When I put together kit knives, I usually clamp both pieces of handle material together and drill thru them at the same time, using the blank as a template. For a bolstered knife, I would drill each side separately after making sure the bolster/handle had a nice meet up seam, and then epoxy it all at once. Sine the bolster is already shaped out, you can use that as a guide for doing the handle. If the handle material is fairly hard (stabilized wood or Micarta/G10), you can usually do the metal and wood together. Softer materials like bones and some fabricated stuff, I would mask off the bolster, shape the handle and polish it down to meet the bolster.

I a hoping that the handles are riveted on so I can drill the rivets and pop the old handles of fairly easily. If not, I will drag out the 2x72 belt sander  I have a couple Tojiro's I may try my hand at as well. I just made up some of my own Denim Laminate like Micarta/JCarta that I may use on the Tojiro.


----------



## Taz575 (Jan 10, 2012)

Hmmm. Japanese knives with Western style bolster or like Henkels, Wustoff, etc? I just knocked off the handle of a Tojiro Honesuki I bought years ago that has seen some abuse to completely refinish it. I was able to drill/Dremel off the rivet heads and knock them through with a punch and remove the handle. Not sure if the Western style knives like Henkels and Wustoff with the 3 rivets/pins showing are as easy or not. Some of those types of knives may have a molded handle; not sure how to remove it other than grinding it off and I don't know how long the tang would be.


----------



## Taz575 (Jan 16, 2012)

Here is some of a tutorial for ya! I started to rehandle my Tojiro DP Honesuki because I am bored and I wanted to see what the red linen Micarta would look like on a knife! 

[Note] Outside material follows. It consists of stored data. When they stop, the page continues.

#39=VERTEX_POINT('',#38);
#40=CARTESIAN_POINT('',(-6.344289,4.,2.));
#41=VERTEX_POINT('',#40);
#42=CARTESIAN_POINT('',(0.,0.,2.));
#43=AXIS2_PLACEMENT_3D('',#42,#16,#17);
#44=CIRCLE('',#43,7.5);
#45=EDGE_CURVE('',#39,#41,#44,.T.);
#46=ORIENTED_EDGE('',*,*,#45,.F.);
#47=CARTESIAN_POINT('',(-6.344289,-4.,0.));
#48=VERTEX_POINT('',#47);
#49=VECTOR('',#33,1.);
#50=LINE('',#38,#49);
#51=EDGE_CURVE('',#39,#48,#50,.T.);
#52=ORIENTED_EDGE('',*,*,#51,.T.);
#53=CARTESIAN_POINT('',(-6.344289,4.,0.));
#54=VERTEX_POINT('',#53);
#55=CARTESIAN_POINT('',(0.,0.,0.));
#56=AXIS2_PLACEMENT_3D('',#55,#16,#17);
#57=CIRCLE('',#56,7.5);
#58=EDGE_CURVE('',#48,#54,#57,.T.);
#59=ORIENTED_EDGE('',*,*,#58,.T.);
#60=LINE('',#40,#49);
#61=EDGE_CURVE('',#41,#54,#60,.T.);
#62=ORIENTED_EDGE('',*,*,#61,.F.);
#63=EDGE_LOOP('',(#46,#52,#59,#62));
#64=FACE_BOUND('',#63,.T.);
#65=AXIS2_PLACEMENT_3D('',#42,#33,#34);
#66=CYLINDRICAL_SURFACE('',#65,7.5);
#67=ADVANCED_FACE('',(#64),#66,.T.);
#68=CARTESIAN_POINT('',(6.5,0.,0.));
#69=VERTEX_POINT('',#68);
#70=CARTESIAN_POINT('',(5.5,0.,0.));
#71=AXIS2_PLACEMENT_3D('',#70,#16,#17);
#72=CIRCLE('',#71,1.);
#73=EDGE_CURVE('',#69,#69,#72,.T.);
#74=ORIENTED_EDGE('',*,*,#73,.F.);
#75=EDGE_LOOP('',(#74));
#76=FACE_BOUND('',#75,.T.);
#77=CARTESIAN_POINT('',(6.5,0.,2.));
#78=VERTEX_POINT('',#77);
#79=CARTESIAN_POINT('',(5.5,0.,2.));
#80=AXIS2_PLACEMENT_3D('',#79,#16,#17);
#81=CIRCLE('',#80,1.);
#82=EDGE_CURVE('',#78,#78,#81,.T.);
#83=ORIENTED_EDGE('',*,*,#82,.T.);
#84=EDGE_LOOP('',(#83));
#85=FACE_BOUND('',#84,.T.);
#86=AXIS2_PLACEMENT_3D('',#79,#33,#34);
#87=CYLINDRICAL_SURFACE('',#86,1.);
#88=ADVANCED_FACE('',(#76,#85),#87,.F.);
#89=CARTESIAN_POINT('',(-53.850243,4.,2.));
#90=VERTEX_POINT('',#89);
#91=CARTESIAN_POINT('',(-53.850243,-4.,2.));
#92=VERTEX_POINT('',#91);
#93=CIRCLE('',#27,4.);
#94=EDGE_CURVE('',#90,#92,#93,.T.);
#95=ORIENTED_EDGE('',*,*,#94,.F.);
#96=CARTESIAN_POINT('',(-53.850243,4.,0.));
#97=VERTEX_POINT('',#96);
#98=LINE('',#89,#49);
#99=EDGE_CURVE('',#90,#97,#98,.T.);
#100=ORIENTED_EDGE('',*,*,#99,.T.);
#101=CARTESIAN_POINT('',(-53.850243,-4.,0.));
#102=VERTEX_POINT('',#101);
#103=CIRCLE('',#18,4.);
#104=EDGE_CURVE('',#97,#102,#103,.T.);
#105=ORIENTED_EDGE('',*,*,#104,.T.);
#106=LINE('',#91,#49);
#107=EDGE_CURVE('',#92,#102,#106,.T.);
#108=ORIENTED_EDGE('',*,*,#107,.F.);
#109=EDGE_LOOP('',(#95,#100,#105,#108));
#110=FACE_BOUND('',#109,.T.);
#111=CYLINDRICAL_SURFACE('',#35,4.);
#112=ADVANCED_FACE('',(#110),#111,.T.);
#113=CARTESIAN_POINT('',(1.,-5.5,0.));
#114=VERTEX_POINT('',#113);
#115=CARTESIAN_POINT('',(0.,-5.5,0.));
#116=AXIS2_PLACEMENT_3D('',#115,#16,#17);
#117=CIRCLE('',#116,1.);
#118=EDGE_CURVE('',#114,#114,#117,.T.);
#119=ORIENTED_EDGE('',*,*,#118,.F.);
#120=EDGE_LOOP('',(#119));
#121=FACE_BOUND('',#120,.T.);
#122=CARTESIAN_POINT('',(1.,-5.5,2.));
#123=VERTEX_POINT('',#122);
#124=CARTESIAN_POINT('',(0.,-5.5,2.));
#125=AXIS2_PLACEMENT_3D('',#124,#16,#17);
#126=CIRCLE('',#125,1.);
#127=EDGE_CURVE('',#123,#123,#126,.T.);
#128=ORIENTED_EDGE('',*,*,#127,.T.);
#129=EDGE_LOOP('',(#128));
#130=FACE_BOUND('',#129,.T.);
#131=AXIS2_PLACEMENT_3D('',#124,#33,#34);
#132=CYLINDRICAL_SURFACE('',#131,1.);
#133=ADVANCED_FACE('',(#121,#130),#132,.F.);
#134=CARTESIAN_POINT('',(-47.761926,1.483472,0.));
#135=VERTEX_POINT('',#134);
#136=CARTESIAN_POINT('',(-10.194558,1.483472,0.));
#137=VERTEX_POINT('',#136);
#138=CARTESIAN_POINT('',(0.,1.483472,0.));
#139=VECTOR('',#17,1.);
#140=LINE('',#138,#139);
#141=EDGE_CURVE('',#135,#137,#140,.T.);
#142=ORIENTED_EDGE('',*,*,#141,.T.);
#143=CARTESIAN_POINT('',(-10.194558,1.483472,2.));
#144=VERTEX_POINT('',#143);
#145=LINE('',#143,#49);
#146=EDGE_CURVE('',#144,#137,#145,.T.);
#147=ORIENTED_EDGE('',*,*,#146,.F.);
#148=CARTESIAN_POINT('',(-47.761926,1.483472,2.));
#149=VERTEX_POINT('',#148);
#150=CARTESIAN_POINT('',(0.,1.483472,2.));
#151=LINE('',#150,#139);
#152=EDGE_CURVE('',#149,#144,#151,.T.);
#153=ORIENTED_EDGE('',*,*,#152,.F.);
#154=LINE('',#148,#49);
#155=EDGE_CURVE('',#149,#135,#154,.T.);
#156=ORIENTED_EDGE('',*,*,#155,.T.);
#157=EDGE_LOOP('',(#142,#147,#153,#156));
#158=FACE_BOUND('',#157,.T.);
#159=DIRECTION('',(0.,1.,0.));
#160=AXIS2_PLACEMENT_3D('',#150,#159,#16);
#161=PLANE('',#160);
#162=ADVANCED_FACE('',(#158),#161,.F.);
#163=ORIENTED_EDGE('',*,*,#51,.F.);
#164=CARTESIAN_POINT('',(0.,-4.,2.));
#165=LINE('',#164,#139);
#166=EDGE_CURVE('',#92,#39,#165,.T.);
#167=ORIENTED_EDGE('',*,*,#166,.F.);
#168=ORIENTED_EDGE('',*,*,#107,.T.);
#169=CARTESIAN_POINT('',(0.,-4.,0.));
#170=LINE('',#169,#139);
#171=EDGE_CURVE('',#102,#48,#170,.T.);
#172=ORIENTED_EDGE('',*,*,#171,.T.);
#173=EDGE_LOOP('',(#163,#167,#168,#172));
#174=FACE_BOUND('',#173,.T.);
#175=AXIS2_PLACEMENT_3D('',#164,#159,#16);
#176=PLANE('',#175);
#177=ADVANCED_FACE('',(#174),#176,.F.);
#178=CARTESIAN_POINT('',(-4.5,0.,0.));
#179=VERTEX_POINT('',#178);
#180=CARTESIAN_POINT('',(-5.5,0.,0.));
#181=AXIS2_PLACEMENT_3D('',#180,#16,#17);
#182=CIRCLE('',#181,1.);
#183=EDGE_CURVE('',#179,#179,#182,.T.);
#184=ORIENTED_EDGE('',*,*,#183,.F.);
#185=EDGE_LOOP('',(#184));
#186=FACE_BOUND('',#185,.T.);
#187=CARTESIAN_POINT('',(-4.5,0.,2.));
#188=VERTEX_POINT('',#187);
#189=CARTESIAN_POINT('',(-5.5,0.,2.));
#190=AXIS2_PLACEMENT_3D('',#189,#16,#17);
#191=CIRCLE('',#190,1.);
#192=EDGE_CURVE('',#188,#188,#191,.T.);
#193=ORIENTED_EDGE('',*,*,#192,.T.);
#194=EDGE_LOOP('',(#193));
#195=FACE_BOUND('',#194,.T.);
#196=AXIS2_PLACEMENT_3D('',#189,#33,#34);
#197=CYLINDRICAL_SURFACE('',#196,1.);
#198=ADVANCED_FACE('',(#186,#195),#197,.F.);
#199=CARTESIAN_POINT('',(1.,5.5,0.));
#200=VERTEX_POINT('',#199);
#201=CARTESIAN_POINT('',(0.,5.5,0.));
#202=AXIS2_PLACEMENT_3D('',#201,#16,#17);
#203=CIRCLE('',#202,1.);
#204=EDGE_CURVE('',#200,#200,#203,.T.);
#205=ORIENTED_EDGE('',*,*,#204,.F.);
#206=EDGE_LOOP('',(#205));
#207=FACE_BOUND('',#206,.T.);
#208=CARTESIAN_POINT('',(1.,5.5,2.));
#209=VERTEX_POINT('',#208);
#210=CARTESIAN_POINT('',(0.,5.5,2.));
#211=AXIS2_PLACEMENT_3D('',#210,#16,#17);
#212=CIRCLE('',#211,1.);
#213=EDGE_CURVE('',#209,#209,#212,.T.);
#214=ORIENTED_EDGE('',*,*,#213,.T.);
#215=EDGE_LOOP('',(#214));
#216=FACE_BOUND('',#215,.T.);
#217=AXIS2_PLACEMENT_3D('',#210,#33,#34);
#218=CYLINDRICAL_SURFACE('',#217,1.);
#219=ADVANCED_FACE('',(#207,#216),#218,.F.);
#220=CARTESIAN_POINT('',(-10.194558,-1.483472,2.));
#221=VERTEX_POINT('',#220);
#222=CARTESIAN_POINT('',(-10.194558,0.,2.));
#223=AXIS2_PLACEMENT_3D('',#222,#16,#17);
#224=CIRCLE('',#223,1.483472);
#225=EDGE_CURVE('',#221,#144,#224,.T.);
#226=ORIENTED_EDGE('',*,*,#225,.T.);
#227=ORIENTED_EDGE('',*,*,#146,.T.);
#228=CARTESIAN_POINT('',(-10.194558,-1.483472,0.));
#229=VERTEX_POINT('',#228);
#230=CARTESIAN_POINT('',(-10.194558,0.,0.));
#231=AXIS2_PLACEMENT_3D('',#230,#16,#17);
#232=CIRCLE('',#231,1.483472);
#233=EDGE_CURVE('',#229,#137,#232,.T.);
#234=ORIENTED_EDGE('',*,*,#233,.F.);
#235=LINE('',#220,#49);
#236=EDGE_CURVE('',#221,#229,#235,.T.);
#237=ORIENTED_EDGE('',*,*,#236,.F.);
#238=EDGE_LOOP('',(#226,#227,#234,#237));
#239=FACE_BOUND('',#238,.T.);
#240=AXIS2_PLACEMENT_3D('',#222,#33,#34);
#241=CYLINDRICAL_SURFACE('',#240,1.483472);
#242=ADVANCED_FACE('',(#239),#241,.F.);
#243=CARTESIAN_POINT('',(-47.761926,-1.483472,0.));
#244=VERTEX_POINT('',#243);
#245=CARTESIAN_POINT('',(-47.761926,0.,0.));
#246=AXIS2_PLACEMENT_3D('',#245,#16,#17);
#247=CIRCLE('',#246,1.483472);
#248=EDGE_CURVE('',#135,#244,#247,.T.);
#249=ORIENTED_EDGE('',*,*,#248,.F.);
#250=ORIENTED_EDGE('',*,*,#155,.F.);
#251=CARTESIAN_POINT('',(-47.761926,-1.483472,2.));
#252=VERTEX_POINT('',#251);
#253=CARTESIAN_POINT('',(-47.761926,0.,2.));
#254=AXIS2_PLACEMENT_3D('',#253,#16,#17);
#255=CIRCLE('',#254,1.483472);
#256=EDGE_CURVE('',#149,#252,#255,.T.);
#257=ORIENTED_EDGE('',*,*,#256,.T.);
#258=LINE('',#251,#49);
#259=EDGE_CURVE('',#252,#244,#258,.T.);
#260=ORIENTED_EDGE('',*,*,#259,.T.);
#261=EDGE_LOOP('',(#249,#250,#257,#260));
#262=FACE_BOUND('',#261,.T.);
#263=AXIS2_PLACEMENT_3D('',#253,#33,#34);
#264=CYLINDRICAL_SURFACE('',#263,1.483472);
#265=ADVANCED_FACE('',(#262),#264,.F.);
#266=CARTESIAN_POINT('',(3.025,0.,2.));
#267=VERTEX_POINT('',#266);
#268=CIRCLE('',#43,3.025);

I drilled out the rivet heads using a drill press and knocked the rivets out fully. The handles came off easily; there was no epoxy. I noticed that where the bolster met with the tang of the knife, there was a blob from welding the bolster on and the handle scales were relieved to go over this blob. 

Next step was to cut an oversized handle scale from the Micarta using a band saw. I put the blank over the Micarta, traced around it and left it oversized, then cut it out on the band saw. From there, I took one handle scale at a time and my Dremel with a Carbide Burr and relieved the inside of the scale until it cleared the little blob and sat flatly on the tang. Once that's done, I checked how the front of the handle material fit with the back edge of the bolster. There was some light showing between the two, so I sanded a slight angle into the handle material to meet up better with the bolster. I repeated the same with the other handle scale. 

Now it's time to drill. I used 1/8" SS pins, so I used a #30 drill bit (slightly oversized for the 1/8" pin material but it allows the pins to slide in easily and have room for epoxy). I made sure the handle slab was lined up and tight against the bolster area and carefully clamped it so that the scale wouldn't move. I then drilled my two holes. One thing to consider. When the holes in the tang are slightly oversized or are grooves instead of holes, I will often drill right at their edge. This helps when there isn't a bolster at the front because with the grooves, the handle can slide back and forth. By drilling at say the back edge of the front hole and the front edge of the back hole or vice versa, it helps lock the handle scale in place. After drilling one side, I put 2 drops of Super Glue on the handle and carefully glued that handle scale in place temporarily. I then took the other handle scale, put 2 drops of Super Glue on the scale and lined it up carefully with the bolster. Once the glue was dry, I used a clamp to hold all of the pieces together while I drilled the second handle scale, using the holes from the other scale as a template. (Normally I would just stack up both pieces of handle scale and clamp the blade on top and use the blade as my template and drill thru both at the same time). Once everything is drilled, out come the fitting pins, which are brass pins I use to hold the pieces of the handle together. I attached the handle scales together and put the blank on the top. Now I can trim very close to the blank on the bandsaw.

This is what it looks like all trimmed up pretty close:






Only 1 side with the tang up:





Here you can see the recess for the welded blob:





Once your handles are drilled and cut to close shape, I sand the back of the handles so they are roughed up for the epoxy and make sure everything is fitting nicely. I mix up the epoxy and start assembling the knife. I roll the pins in epoxy and push them from the bottom to the top of the handle material and then cover the whole scale with epoxy (Devcon 2 ton, JB Quik Weld, Rod Building epoxy like ProBond, U40, etc) and make sure to get the recess in the front as well as the whole front side of the handle scale that meets the bolster. Then I put the knife onto the handle slab and make sure everything is fit tight. I then coat the pins in epoxy again and coat either the tang of the knife and/or the handle slab, again getting the weld recess and front of the handle where it connects to the bolster and put the last scale onto the tang. I 





It looks like the Western Knives with the 3 rivets should go the same as the Japanese ones with the Western Handles, but I dunno if they use epoxy or not. You may be able to boil the grips in water to get the epoxy to loosen possibly?


----------